Retype, exactly as they appear below, the lines between the line holding "e58 v48 v49 LINE" and the line holding "e89 v65 v65", both ends included.

++++ Information given

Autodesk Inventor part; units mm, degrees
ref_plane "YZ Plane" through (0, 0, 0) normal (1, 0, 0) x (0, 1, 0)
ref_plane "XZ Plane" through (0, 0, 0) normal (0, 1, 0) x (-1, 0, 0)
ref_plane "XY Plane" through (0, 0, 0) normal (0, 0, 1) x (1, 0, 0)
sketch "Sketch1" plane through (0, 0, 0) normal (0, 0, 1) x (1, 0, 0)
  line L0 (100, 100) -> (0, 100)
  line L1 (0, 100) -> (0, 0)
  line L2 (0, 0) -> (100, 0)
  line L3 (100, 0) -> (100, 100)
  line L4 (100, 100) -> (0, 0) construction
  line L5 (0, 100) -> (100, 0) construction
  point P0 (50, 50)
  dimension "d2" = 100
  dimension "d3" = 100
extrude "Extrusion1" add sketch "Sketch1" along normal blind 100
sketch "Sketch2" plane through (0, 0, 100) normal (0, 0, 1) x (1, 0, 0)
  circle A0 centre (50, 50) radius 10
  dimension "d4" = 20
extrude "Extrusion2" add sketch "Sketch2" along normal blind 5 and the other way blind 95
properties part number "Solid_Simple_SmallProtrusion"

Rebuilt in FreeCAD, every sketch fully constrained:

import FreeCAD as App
import Part
import Sketcher

doc = App.newDocument("Part")
params = doc.addObject("Spreadsheet::Sheet", "Params")
for row, (alias, value) in enumerate([
    ("sketch1_width", "100 mm"),
    ("pad1_length", "100 mm"),
    ("sketch2_diameter", "20 mm"),
    ("pad2_length", "5 mm"),
    ("pad2_length2", "95 mm"),
], start=1):
    params.set(f"A{row}", alias)
    params.set(f"B{row}", "=" + value)
    params.setAlias(f"B{row}", alias)

body = doc.addObject("PartDesign::Body", "Body")

# Sketch on XY plane
sketch1 = body.newObject("Sketcher::SketchObject", "Sketch")
sketch1.AttachmentSupport = (doc.getObject("XY_Plane"), [""])
sketch1.MapMode = "FlatFace"
sketch1.addGeometry([
    Part.LineSegment(App.Vector(100, 0, 0), App.Vector(100, 100, 0)),
    Part.LineSegment(App.Vector(100, 100, 0), App.Vector(0, 100, 0)),
    Part.LineSegment(App.Vector(0, 100, 0), App.Vector(0, 0, 0)),
    Part.LineSegment(App.Vector(0, 0, 0), App.Vector(100, 0, 0)),
], False)
sketch1.addConstraint([
    Sketcher.Constraint("Coincident", 0, 2, 1, 1),
    Sketcher.Constraint("Coincident", 1, 2, 2, 1),
    Sketcher.Constraint("Coincident", 2, 2, 3, 1),
    Sketcher.Constraint("Coincident", 3, 2, 0, 1),
    Sketcher.Constraint("Vertical", 0),
    Sketcher.Constraint("Horizontal", 1),
    Sketcher.Constraint("Vertical", 2),
    Sketcher.Constraint("Horizontal", 3),
    Sketcher.Constraint("Coincident", 2, 2, -1, 1),
    Sketcher.Constraint("Equal", 3, 0),
    Sketcher.Constraint("DistanceX", 1, 2, 1, 1, 100.0),
])
sketch1.setExpression("Constraints[10]", "Params.sketch1_width")
pad1 = body.newObject("PartDesign::Pad", "Pad")
pad1.Profile = sketch1
pad1.setExpression("Length", "Params.pad1_length")

# Sketch on XY plane
sketch2 = body.newObject("Sketcher::SketchObject", "Sketch001")
sketch2.AttachmentSupport = (doc.getObject("XY_Plane"), [""])
sketch2.MapMode = "FlatFace"
sketch2.AttachmentOffset = App.Placement(App.Vector(0, 0, 100), App.Rotation())
sketch2.addGeometry(Part.Circle(App.Vector(50, 50, 0), App.Vector(0, 0, 1), 10), False)
sketch2.addConstraint([
    Sketcher.Constraint("Diameter", 0, 20.0),
    Sketcher.Constraint("DistanceX", -1, 1, 0, 3, 50.0),
    Sketcher.Constraint("DistanceY", -1, 1, 0, 3, 50.0),
])
sketch2.setExpression("Constraints[0]", "Params.sketch2_diameter")
pad2 = body.newObject("PartDesign::Pad", "Pad001")
pad2.Profile = sketch2
pad2.Type = "TwoLengths"
pad2.setExpression("Length", "Params.pad2_length")
pad2.setExpression("Length2", "Params.pad2_length2")

doc.recompute()
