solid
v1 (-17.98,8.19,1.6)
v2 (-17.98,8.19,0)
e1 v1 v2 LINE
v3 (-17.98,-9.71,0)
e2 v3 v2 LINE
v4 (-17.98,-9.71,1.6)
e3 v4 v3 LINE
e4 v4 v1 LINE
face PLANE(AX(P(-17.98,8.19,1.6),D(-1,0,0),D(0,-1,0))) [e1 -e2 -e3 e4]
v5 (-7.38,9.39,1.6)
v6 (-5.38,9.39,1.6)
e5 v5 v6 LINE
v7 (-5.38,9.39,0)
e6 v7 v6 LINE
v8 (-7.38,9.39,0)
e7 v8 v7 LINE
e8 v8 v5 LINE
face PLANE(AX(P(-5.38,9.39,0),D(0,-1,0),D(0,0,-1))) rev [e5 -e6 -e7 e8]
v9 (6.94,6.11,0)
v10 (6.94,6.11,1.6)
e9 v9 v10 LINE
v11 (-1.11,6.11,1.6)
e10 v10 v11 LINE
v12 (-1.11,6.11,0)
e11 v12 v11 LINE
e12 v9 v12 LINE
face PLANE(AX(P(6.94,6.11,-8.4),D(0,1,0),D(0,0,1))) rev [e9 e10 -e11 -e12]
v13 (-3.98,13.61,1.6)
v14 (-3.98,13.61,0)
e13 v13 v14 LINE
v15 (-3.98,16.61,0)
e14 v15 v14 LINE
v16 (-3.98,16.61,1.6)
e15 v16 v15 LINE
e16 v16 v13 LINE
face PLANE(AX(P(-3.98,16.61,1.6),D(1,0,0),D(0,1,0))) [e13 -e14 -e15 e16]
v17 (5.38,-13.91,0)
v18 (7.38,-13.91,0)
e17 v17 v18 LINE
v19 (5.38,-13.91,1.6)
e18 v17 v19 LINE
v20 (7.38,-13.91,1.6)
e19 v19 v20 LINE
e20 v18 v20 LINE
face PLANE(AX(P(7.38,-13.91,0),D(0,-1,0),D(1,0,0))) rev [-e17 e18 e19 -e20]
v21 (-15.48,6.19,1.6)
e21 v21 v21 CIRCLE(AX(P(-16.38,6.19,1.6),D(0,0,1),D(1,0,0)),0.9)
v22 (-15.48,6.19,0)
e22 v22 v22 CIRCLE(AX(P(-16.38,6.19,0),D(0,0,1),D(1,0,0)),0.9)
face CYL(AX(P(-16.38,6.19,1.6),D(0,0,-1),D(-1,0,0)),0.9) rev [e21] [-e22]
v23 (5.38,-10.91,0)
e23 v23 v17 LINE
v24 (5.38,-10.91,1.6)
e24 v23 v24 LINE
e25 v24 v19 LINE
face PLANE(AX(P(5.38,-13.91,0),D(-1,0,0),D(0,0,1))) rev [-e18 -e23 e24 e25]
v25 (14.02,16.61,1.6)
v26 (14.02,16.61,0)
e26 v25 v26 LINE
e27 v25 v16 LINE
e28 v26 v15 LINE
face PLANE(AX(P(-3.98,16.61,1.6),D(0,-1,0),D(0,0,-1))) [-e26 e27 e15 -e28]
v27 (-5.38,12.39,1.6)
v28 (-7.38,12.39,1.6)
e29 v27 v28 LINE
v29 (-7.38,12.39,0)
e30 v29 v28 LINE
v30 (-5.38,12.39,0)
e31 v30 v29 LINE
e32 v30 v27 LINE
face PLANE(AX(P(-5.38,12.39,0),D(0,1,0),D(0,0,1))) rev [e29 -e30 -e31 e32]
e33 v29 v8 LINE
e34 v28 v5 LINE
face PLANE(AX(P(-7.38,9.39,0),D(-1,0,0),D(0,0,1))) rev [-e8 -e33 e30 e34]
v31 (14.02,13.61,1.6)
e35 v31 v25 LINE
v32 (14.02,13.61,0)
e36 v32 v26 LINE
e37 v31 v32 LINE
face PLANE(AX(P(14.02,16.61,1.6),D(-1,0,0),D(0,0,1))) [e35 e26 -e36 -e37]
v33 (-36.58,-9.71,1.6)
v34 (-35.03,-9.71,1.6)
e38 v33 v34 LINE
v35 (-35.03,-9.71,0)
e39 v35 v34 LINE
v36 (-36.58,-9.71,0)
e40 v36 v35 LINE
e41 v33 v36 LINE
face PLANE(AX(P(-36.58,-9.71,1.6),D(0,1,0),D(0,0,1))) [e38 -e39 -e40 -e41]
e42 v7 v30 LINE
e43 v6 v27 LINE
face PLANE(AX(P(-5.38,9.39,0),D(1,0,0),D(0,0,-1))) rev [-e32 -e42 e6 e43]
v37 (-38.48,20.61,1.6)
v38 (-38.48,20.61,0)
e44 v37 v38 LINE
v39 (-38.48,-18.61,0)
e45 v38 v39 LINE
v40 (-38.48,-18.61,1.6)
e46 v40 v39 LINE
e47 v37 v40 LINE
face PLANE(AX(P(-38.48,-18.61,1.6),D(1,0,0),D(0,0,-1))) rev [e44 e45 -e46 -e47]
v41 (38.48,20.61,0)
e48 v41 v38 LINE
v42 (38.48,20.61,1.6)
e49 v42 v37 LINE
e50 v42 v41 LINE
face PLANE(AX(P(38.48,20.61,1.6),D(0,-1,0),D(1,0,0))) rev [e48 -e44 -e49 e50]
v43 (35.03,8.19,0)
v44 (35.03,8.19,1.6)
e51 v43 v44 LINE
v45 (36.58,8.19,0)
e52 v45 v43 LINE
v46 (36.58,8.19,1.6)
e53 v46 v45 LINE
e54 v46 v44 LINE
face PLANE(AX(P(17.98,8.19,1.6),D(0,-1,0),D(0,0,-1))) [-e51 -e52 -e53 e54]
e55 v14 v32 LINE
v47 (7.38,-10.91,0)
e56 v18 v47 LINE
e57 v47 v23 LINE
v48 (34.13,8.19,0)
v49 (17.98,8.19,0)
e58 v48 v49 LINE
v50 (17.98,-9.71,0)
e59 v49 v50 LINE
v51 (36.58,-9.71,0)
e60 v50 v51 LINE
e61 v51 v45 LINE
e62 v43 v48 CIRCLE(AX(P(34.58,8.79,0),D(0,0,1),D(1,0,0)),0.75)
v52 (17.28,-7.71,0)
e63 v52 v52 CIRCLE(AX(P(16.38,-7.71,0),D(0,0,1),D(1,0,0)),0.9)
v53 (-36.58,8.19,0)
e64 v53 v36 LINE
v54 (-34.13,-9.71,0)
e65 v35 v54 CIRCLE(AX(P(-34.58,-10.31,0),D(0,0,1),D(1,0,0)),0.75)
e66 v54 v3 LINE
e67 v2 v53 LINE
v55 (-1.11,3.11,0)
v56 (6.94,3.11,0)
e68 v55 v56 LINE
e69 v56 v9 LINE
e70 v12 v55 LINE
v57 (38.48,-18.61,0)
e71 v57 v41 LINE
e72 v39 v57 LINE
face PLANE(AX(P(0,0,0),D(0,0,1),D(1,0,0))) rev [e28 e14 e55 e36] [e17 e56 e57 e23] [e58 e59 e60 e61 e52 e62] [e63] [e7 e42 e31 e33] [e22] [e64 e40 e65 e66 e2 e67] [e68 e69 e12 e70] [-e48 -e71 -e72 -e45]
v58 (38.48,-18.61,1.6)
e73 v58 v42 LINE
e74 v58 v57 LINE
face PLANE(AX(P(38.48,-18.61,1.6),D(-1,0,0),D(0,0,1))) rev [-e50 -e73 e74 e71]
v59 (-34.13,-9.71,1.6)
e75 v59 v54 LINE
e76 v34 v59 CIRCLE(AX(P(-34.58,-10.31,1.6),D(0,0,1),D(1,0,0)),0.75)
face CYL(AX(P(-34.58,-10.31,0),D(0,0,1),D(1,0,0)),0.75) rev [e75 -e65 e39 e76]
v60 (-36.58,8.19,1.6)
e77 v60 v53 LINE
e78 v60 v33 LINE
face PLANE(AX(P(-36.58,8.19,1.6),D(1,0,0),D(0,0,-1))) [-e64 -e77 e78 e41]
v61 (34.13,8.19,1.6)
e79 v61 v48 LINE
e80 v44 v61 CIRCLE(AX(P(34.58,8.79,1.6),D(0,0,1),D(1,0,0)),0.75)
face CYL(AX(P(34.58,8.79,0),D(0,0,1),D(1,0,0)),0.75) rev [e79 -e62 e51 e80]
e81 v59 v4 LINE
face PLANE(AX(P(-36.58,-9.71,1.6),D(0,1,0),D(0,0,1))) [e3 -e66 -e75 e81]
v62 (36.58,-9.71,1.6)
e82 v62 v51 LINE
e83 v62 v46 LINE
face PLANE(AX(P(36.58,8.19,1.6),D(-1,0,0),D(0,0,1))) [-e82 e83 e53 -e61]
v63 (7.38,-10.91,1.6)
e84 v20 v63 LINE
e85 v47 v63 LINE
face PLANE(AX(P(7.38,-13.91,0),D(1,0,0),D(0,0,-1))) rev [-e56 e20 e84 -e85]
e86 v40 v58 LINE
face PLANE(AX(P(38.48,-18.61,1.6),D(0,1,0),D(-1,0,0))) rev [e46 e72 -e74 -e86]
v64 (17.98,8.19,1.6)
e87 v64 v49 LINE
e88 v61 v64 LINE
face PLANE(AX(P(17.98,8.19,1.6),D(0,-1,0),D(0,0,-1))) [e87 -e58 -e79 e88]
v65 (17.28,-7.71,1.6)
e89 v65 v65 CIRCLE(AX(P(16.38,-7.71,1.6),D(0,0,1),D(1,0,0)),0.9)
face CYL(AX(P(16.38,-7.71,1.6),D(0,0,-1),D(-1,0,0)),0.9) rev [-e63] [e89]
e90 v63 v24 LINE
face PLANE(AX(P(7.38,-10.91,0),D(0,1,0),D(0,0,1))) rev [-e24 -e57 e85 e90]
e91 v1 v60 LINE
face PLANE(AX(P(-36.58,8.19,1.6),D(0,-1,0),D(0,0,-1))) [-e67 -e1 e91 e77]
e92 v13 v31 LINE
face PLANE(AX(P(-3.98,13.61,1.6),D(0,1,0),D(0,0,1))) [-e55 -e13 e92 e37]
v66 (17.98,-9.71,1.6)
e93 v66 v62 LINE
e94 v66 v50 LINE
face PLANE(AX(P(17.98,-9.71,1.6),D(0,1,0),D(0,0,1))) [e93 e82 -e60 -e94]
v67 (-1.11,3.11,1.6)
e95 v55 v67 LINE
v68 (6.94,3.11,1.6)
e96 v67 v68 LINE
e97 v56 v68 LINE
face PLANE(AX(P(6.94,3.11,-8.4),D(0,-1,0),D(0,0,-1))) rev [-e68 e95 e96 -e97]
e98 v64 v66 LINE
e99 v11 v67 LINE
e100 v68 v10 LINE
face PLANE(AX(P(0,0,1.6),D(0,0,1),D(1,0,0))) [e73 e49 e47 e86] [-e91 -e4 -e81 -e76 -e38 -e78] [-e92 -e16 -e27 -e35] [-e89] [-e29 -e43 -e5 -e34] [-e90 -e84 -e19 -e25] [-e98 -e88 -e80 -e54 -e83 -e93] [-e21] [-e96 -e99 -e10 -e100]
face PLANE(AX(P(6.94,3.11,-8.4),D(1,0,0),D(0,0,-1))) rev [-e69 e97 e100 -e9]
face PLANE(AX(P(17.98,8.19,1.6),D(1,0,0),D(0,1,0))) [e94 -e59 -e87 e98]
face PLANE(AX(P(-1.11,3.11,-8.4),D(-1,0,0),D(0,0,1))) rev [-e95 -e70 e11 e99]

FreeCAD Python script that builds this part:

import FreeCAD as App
import Part
import Sketcher
from FreeCAD import Vector

doc = App.newDocument("Part")
body = doc.addObject("PartDesign::Body", "Body")

sketch1 = doc.addObject("Sketcher::SketchObject", "Sketch")
body.addObject(sketch1)
sketch1.AttachmentSupport = (doc.XY_Plane, [""])
sketch1.MapMode = "FlatFace"
sketch1.addGeometry([
    Part.LineSegment(Vector(-38.5, 20.6, 0), Vector(-38.5, -18.6, 0)),
    Part.LineSegment(Vector(-38.5, -18.6, 0), Vector(38.5, -18.6, 0)),
    Part.LineSegment(Vector(38.5, -18.6, 0), Vector(38.5, 20.6, 0)),
    Part.LineSegment(Vector(38.5, 20.6, 0), Vector(-38.5, 20.6, 0)),
    Part.LineSegment(Vector(-18, -9.7, 0), Vector(-36.6, -9.7, 0)),
    Part.LineSegment(Vector(-36.6, -9.7, 0), Vector(-36.6, 8.2, 0)),
    Part.LineSegment(Vector(-36.6, 8.2, 0), Vector(-18, 8.2, 0)),
    Part.LineSegment(Vector(-18, 8.2, 0), Vector(-18, -9.7, 0)),
    Part.Circle(Vector(16.4, -7.7, 0), Vector(0, 0, 1), 0.9),
    Part.LineSegment(Vector(36.6, -9.7, 0), Vector(18, -9.7, 0)),
    Part.LineSegment(Vector(18, -9.7, 0), Vector(18, 8.2, 0)),
    Part.LineSegment(Vector(18, 8.2, 0), Vector(36.6, 8.2, 0)),
    Part.LineSegment(Vector(36.6, 8.2, 0), Vector(36.6, -9.7, 0)),
    Part.Circle(Vector(-16.4, 6.2, 0), Vector(0, 0, 1), 0.9),
    Part.LineSegment(Vector(14, 13.6, 0), Vector(-4, 13.6, 0)),
    Part.LineSegment(Vector(-4, 13.6, 0), Vector(-4, 16.6, 0)),
    Part.LineSegment(Vector(-4, 16.6, 0), Vector(14, 16.6, 0)),
    Part.LineSegment(Vector(14, 16.6, 0), Vector(14, 13.6, 0)),
], False)
sketch1.addConstraint([
    Sketcher.Constraint("Coincident", 0, 2, 1, 1),
    Sketcher.Constraint("Coincident", 1, 2, 2, 1),
    Sketcher.Constraint("Coincident", 2, 2, 3, 1),
    Sketcher.Constraint("Coincident", 3, 2, 0, 1),
    Sketcher.Constraint("Coincident", 4, 2, 5, 1),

++++++++

# Finished task:
e58 v48 v49 LINE
v50 (17.98,-9.71,0)
e59 v49 v50 LINE
v51 (36.58,-9.71,0)
e60 v50 v51 LINE
e61 v51 v45 LINE
e62 v43 v48 CIRCLE(AX(P(34.58,8.79,0),D(0,0,1),D(1,0,0)),0.75)
v52 (17.28,-7.71,0)
e63 v52 v52 CIRCLE(AX(P(16.38,-7.71,0),D(0,0,1),D(1,0,0)),0.9)
v53 (-36.58,8.19,0)
e64 v53 v36 LINE
v54 (-34.13,-9.71,0)
e65 v35 v54 CIRCLE(AX(P(-34.58,-10.31,0),D(0,0,1),D(1,0,0)),0.75)
e66 v54 v3 LINE
e67 v2 v53 LINE
v55 (-1.11,3.11,0)
v56 (6.94,3.11,0)
e68 v55 v56 LINE
e69 v56 v9 LINE
e70 v12 v55 LINE
v57 (38.48,-18.61,0)
e71 v57 v41 LINE
e72 v39 v57 LINE
face PLANE(AX(P(0,0,0),D(0,0,1),D(1,0,0))) rev [e28 e14 e55 e36] [e17 e56 e57 e23] [e58 e59 e60 e61 e52 e62] [e63] [e7 e42 e31 e33] [e22] [e64 e40 e65 e66 e2 e67] [e68 e69 e12 e70] [-e48 -e71 -e72 -e45]
v58 (38.48,-18.61,1.6)
e73 v58 v42 LINE
e74 v58 v57 LINE
face PLANE(AX(P(38.48,-18.61,1.6),D(-1,0,0),D(0,0,1))) rev [-e50 -e73 e74 e71]
v59 (-34.13,-9.71,1.6)
e75 v59 v54 LINE
e76 v34 v59 CIRCLE(AX(P(-34.58,-10.31,1.6),D(0,0,1),D(1,0,0)),0.75)
face CYL(AX(P(-34.58,-10.31,0),D(0,0,1),D(1,0,0)),0.75) rev [e75 -e65 e39 e76]
v60 (-36.58,8.19,1.6)
e77 v60 v53 LINE
e78 v60 v33 LINE
face PLANE(AX(P(-36.58,8.19,1.6),D(1,0,0),D(0,0,-1))) [-e64 -e77 e78 e41]
v61 (34.13,8.19,1.6)
e79 v61 v48 LINE
e80 v44 v61 CIRCLE(AX(P(34.58,8.79,1.6),D(0,0,1),D(1,0,0)),0.75)
face CYL(AX(P(34.58,8.79,0),D(0,0,1),D(1,0,0)),0.75) rev [e79 -e62 e51 e80]
e81 v59 v4 LINE
face PLANE(AX(P(-36.58,-9.71,1.6),D(0,1,0),D(0,0,1))) [e3 -e66 -e75 e81]
v62 (36.58,-9.71,1.6)
e82 v62 v51 LINE
e83 v62 v46 LINE
face PLANE(AX(P(36.58,8.19,1.6),D(-1,0,0),D(0,0,1))) [-e82 e83 e53 -e61]
v63 (7.38,-10.91,1.6)
e84 v20 v63 LINE
e85 v47 v63 LINE
face PLANE(AX(P(7.38,-13.91,0),D(1,0,0),D(0,0,-1))) rev [-e56 e20 e84 -e85]
e86 v40 v58 LINE
face PLANE(AX(P(38.48,-18.61,1.6),D(0,1,0),D(-1,0,0))) rev [e46 e72 -e74 -e86]
v64 (17.98,8.19,1.6)
e87 v64 v49 LINE
e88 v61 v64 LINE
face PLANE(AX(P(17.98,8.19,1.6),D(0,-1,0),D(0,0,-1))) [e87 -e58 -e79 e88]
v65 (17.28,-7.71,1.6)
e89 v65 v65 CIRCLE(AX(P(16.38,-7.71,1.6),D(0,0,1),D(1,0,0)),0.9)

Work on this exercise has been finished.